UPS agreed to pay $2 million to resolve a long-running nationwide dispute with former and current employees who claimed the company's inflexible leave policy unfairly positioned disabled workers, the U.S. Equal Employment Opportunity Commission said Tuesday.
Nearly 90 current and former employees of the Atlanta-based shipping company will receive the settlement following a lawsuit filed by the EEOC in 2009 in the U.S. District Court for the Northern District of Illinois.
The EEOC charged that UPS violated federal law when it fired disabled employees automatically when they reached 12 months of leave.
UPS has more than 434,000 employees and had revenues of $61 billion in 2016. The agency said the company’s conduct violates the Americans with Disabilities Act.
In additional to the $2 million settlement, UPS has agreed to update its policies on accommodating employees with disabilities, improve its implementation of those policies and train those who administer the disability accommodation processes.
The company, according to the terms of a consent decree, will provide the EEOC reports on accommodation requests for the next three years.

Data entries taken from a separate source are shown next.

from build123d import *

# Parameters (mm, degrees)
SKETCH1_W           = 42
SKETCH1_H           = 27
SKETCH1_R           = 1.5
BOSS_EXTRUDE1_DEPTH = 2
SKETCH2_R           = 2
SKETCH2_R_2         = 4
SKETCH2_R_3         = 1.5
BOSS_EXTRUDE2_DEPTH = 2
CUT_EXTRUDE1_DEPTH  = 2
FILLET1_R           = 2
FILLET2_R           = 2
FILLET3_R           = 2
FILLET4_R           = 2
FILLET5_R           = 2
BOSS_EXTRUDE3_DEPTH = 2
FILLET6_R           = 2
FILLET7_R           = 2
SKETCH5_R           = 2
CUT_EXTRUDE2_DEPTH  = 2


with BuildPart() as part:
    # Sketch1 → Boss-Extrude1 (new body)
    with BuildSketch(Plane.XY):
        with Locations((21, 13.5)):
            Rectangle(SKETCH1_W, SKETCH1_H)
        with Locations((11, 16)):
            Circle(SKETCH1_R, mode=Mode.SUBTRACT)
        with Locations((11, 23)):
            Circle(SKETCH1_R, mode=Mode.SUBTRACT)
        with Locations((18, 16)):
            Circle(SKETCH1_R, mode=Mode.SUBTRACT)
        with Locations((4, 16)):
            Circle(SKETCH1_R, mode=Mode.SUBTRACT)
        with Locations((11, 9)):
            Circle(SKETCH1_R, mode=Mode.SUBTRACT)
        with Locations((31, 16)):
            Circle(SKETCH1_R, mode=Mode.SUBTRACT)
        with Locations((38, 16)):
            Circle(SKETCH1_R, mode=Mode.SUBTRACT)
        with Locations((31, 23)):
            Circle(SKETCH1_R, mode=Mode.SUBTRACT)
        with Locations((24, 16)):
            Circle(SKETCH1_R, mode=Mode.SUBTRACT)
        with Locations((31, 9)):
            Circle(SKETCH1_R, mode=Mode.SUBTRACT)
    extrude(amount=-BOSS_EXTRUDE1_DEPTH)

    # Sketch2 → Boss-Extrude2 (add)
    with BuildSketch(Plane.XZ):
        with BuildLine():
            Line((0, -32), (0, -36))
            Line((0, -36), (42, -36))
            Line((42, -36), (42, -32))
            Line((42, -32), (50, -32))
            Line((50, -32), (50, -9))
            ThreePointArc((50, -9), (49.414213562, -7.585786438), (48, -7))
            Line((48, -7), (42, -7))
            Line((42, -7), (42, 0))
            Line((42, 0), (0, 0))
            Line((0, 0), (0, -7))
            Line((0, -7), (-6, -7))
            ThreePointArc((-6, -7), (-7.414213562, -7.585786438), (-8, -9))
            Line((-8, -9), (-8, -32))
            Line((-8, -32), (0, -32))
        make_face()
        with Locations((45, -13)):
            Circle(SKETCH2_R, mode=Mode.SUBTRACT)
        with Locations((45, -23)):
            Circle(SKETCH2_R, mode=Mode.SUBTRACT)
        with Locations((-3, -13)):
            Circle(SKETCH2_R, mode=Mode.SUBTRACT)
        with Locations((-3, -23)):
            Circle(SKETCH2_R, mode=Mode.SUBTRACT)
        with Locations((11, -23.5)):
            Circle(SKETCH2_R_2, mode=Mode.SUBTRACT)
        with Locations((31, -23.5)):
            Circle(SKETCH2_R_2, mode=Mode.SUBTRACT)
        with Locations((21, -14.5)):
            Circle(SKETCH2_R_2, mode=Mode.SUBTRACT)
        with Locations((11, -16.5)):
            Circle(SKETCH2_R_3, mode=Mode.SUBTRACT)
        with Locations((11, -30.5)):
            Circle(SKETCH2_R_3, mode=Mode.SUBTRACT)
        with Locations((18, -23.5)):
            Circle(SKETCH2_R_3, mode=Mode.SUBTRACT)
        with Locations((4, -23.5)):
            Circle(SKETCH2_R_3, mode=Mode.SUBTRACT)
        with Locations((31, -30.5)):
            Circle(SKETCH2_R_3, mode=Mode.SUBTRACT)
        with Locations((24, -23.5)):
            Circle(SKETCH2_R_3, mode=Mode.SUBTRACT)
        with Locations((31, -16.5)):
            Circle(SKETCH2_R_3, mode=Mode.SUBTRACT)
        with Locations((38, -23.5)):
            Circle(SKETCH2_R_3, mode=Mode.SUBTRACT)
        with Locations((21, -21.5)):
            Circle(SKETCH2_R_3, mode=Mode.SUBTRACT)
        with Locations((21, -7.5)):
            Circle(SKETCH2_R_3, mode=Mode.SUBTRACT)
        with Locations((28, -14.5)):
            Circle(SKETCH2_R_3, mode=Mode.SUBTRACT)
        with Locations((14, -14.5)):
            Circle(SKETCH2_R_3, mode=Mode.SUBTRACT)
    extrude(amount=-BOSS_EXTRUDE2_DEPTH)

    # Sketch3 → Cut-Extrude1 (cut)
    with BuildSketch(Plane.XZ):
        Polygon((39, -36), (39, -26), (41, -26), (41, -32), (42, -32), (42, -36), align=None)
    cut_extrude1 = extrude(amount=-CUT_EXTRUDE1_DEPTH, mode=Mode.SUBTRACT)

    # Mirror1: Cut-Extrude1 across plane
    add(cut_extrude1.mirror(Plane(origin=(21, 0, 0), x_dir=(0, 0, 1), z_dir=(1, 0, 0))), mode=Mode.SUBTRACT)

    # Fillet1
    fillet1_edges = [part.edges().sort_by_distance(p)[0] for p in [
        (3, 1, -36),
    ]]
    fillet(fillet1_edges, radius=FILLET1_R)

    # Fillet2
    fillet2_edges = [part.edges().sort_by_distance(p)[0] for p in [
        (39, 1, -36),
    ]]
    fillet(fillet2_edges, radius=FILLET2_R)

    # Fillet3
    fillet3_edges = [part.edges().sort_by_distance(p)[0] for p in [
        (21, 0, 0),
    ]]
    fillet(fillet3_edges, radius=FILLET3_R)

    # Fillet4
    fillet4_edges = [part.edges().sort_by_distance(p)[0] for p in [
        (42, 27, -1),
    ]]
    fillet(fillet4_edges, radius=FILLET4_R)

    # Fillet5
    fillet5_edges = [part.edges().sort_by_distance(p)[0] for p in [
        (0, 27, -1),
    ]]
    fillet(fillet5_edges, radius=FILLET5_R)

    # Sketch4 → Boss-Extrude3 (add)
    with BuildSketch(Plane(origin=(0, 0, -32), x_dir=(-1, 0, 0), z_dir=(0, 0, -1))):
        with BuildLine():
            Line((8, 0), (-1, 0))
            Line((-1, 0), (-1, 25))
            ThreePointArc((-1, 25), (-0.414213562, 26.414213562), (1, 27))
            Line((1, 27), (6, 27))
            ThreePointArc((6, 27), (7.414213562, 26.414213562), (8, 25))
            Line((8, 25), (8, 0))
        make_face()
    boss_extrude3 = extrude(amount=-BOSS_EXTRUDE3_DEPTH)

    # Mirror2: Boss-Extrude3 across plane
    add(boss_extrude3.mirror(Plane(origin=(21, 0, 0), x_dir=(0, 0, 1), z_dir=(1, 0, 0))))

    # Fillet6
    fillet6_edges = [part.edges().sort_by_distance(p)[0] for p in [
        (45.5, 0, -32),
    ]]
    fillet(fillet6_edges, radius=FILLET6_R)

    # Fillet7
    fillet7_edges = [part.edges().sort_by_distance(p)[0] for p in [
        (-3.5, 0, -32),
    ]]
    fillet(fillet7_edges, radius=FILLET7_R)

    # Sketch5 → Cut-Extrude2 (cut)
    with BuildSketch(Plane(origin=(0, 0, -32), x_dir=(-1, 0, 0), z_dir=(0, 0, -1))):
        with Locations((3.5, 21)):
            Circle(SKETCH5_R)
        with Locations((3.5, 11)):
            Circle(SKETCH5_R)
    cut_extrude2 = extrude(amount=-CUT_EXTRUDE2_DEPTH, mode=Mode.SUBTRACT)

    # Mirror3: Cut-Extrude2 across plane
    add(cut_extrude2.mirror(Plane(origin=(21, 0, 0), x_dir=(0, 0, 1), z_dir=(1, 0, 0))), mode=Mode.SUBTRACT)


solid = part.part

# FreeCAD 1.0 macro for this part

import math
import FreeCAD as App
import Part
import Sketcher

V = App.Vector
Q = App.Units.Quantity


def edges_at(feature, points):
    """Names of the edges that pass closest to the given points."""
    edges = feature.Shape.Edges
    near = lambda p: min(range(len(edges)), key=lambda i: edges[i].distToShape(Part.Vertex(*p))[0])
    return sorted({f"Edge{near(p) + 1}" for p in points})


def add_polygon(sketch, points):
    """Adds a closed chain of lines whose ends are joined by coincident constraints."""
    first, n = sketch.GeometryCount, len(points)
    for a, b in zip(points, points[1:] + points[:1]):
        sketch.addGeometry(Part.LineSegment(App.Vector(*a, 0), App.Vector(*b, 0)), False)
    for i in range(n):
        sketch.addConstraint(Sketcher.Constraint("Coincident", first + i, 2, first + (i + 1) % n, 1))

doc = App.newDocument("Part")
body = doc.addObject("PartDesign::Body", "Body")

# Sketch on XY plane
sketch1 = doc.addObject("Sketcher::SketchObject", "Sketch")
body.addObject(sketch1)
sketch1.AttachmentSupport = (doc.XY_Plane, [""])
sketch1.MapMode = "FlatFace"
add_polygon(sketch1, [(0, 27), (0, 0), (42, 0), (42, 27)])  # lines 0-3
sketch1.addGeometry(Part.Circle(V(11, 9, 0), V(0, 0, 1), 1.5), False)  # 4
sketch1.addGeometry(Part.Circle(V(31, 9, 0), V(0, 0, 1), 1.5), False)  # 5
sketch1.addGeometry(Part.Circle(V(4, 16, 0), V(0, 0, 1), 1.5), False)  # 6
sketch1.addGeometry(Part.Circle(V(11, 16, 0), V(0, 0, 1), 1.5), False)  # 7
sketch1.addGeometry(Part.Circle(V(18, 16, 0), V(0, 0, 1), 1.5), False)  # 8
sketch1.addGeometry(Part.Circle(V(11, 23, 0), V(0, 0, 1), 1.5), False)  # 9
sketch1.addGeometry(Part.Circle(V(24, 16, 0), V(0, 0, 1), 1.5), False)  # 10
sketch1.addGeometry(Part.Circle(V(31, 16, 0), V(0, 0, 1), 1.5), False)  # 11
sketch1.addGeometry(Part.Circle(V(38, 16, 0), V(0, 0, 1), 1.5), False)  # 12
sketch1.addGeometry(Part.Circle(V(31, 23, 0), V(0, 0, 1), 1.5), False)  # 13
sketch1.addConstraint([
    Sketcher.Constraint("Vertical", 0),
    Sketcher.Constraint("Horizontal", 1),
    Sketcher.Constraint("Vertical", 2),
    Sketcher.Constraint("Horizontal", 3),
    Sketcher.Constraint("Coincident", 0, 2, -1, 1),
    Sketcher.Constraint("Equal", 4, 5),
    Sketcher.Constraint("Equal", 5, 6),
    Sketcher.Constraint("Equal", 6, 7),
    Sketcher.Constraint("Equal", 7, 8),
    Sketcher.Constraint("Equal", 8, 9),
    Sketcher.Constraint("Equal", 9, 10),
    Sketcher.Constraint("Equal", 10, 11),
    Sketcher.Constraint("Equal", 11, 12),
    Sketcher.Constraint("Equal", 12, 13),
    Sketcher.Constraint("Horizontal", 4, 3, 5, 3),
    Sketcher.Constraint("Horizontal", 6, 3, 7, 3),
    Sketcher.Constraint("Horizontal", 7, 3, 8, 3),
    Sketcher.Constraint("Horizontal", 8, 3, 10, 3),
    Sketcher.Constraint("Horizontal", 10, 3, 11, 3),
    Sketcher.Constraint("Horizontal", 11, 3, 12, 3),
    Sketcher.Constraint("Horizontal", 9, 3, 13, 3),
    Sketcher.Constraint("Vertical", 4, 3, 7, 3),
    Sketcher.Constraint("Vertical", 7, 3, 9, 3),
    Sketcher.Constraint("Vertical", 5, 3, 11, 3),
    Sketcher.Constraint("Vertical", 11, 3, 13, 3),
    Sketcher.Constraint("Diameter", 4, Q("3 mm")),
    Sketcher.Constraint("DistanceX", 1, 1, 1, 2, Q("42 mm")),
    Sketcher.Constraint("DistanceY", 0, 2, 0, 1, Q("27 mm")),
    Sketcher.Constraint("DistanceX", -1, 1, 4, 3, Q("11 mm")),
    Sketcher.Constraint("DistanceY", -1, 1, 4, 3, Q("9 mm")),
    Sketcher.Constraint("DistanceX", -1, 1, 5, 3, Q("31 mm")),
    Sketcher.Constraint("DistanceX", -1, 1, 6, 3, Q("4 mm")),
    Sketcher.Constraint("DistanceY", -1, 1, 6, 3, Q("16 mm")),
    Sketcher.Constraint("DistanceX", -1, 1, 8, 3, Q("18 mm")),
    Sketcher.Constraint("DistanceY", -1, 1, 9, 3, Q("23 mm")),
    Sketcher.Constraint("DistanceX", -1, 1, 10, 3, Q("24 mm")),
    Sketcher.Constraint("DistanceX", -1, 1, 12, 3, Q("38 mm")),
])
pad1 = doc.addObject("PartDesign::Pad", "Pad")
body.addObject(pad1)
pad1.Profile = sketch1
pad1.Length = 2
pad1.Reversed = True

# Sketch on XZ plane
sketch2 = doc.addObject("Sketcher::SketchObject", "Sketch001")
body.addObject(sketch2)
sketch2.AttachmentSupport = (doc.XZ_Plane, [""])
sketch2.MapMode = "FlatFace"
sketch2.addGeometry([
    Part.LineSegment(V(0, -32, 0), V(0, -36, 0)),  # 0
    Part.LineSegment(V(0, -36, 0), V(42, -36, 0)),  # 1
    Part.LineSegment(V(42, -36, 0), V(42, -32, 0)),  # 2
    Part.LineSegment(V(42, -32, 0), V(50, -32, 0)),  # 3
    Part.LineSegment(V(50, -32, 0), V(50, -9, 0)),  # 4
    Part.ArcOfCircle(Part.Circle(V(48, -9, 0), V(0, 0, 1), 2), math.radians(0), math.radians(90)),  # 5
    Part.LineSegment(V(48, -7, 0), V(42, -7, 0)),  # 6
    Part.LineSegment(V(42, -7, 0), V(42, 0, 0)),  # 7
    Part.LineSegment(V(42, 0, 0), V(0, 0, 0)),  # 8
    Part.LineSegment(V(0, 0, 0), V(0, -7, 0)),  # 9
    Part.LineSegment(V(0, -7, 0), V(-6, -7, 0)),  # 10
    Part.ArcOfCircle(Part.Circle(V(-6, -9, 0), V(0, 0, 1), 2), math.radians(90), math.radians(180)),  # 11
    Part.LineSegment(V(-8, -9, 0), V(-8, -32, 0)),  # 12
    Part.LineSegment(V(-8, -32, 0), V(0, -32, 0)),  # 13
    Part.Circle(V(11, -30.5, 0), V(0, 0, 1), 1.5),  # 14
    Part.Circle(V(-3, -23, 0), V(0, 0, 1), 2),  # 15
    Part.Circle(V(4, -23.5, 0), V(0, 0, 1), 1.5),  # 16
    Part.Circle(V(11, -23.5, 0), V(0, 0, 1), 4),  # 17
    Part.Circle(V(18, -23.5, 0), V(0, 0, 1), 1.5),  # 18
    Part.Circle(V(31, -30.5, 0), V(0, 0, 1), 1.5),  # 19
    Part.Circle(V(24, -23.5, 0), V(0, 0, 1), 1.5),  # 20
    Part.Circle(V(31, -23.5, 0), V(0, 0, 1), 4),  # 21
    Part.Circle(V(21, -21.5, 0), V(0, 0, 1), 1.5),  # 22
    Part.Circle(V(38, -23.5, 0), V(0, 0, 1), 1.5),  # 23
    Part.Circle(V(45, -23, 0), V(0, 0, 1), 2),  # 24
    Part.Circle(V(-3, -13, 0), V(0, 0, 1), 2),  # 25
    Part.Circle(V(11, -16.5, 0), V(0, 0, 1), 1.5),  # 26
    Part.Circle(V(14, -14.5, 0), V(0, 0, 1), 1.5),  # 27
    Part.Circle(V(31, -16.5, 0), V(0, 0, 1), 1.5),  # 28
    Part.Circle(V(21, -14.5, 0), V(0, 0, 1), 4),  # 29
    Part.Circle(V(28, -14.5, 0), V(0, 0, 1), 1.5),  # 30
    Part.Circle(V(45, -13, 0), V(0, 0, 1), 2),  # 31
    Part.Circle(V(21, -7.5, 0), V(0, 0, 1), 1.5),  # 32
], False)
sketch2.addConstraint([
    Sketcher.Constraint("Coincident", 0, 2, 1, 1),
    Sketcher.Constraint("Coincident", 1, 2, 2, 1),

“The ADA requires companies to make a real effort to work individually with their employees with disabilities to provide them with the necessary and reasonable accommodations that will allow them to do their jobs,” said Greg Gochanour, regional attorney of the EEOC's Chicago district office, in a statement. “As a result of this lawsuit, UPS now has practices in place to better ensure that this happens.”
A lawyer for UPS, Gary Clark of Quarles & Brady in Chicago, was not immediately reached for comment.
According to the EEOC administrative investigation, which was conducted before the lawsuit was filed, Trudi Momsen, an administrative assistant with UPS, took a 12-month leave of absence from work when she experienced multiple sclerosis symptoms.
She returned to work for a few weeks, but then required more time off because of negative side effects from her medication.
She could have returned to work after the additional two-week leave, but UPS fired her for exceeding its 12-month leave policy.
The investigation found this action in violation of the ADA. Julianne Bowman, the EEOC’s Chicago district director, said that having a multiple-month leave policy alone does not guarantee compliance with the ADA.
She said such policies must also include the flexibility to work with employees with disabilities who may simply require a reasonable accommodation to return to work. “UPS has now made changes which will allow more people to keep their jobs,” Bowman said.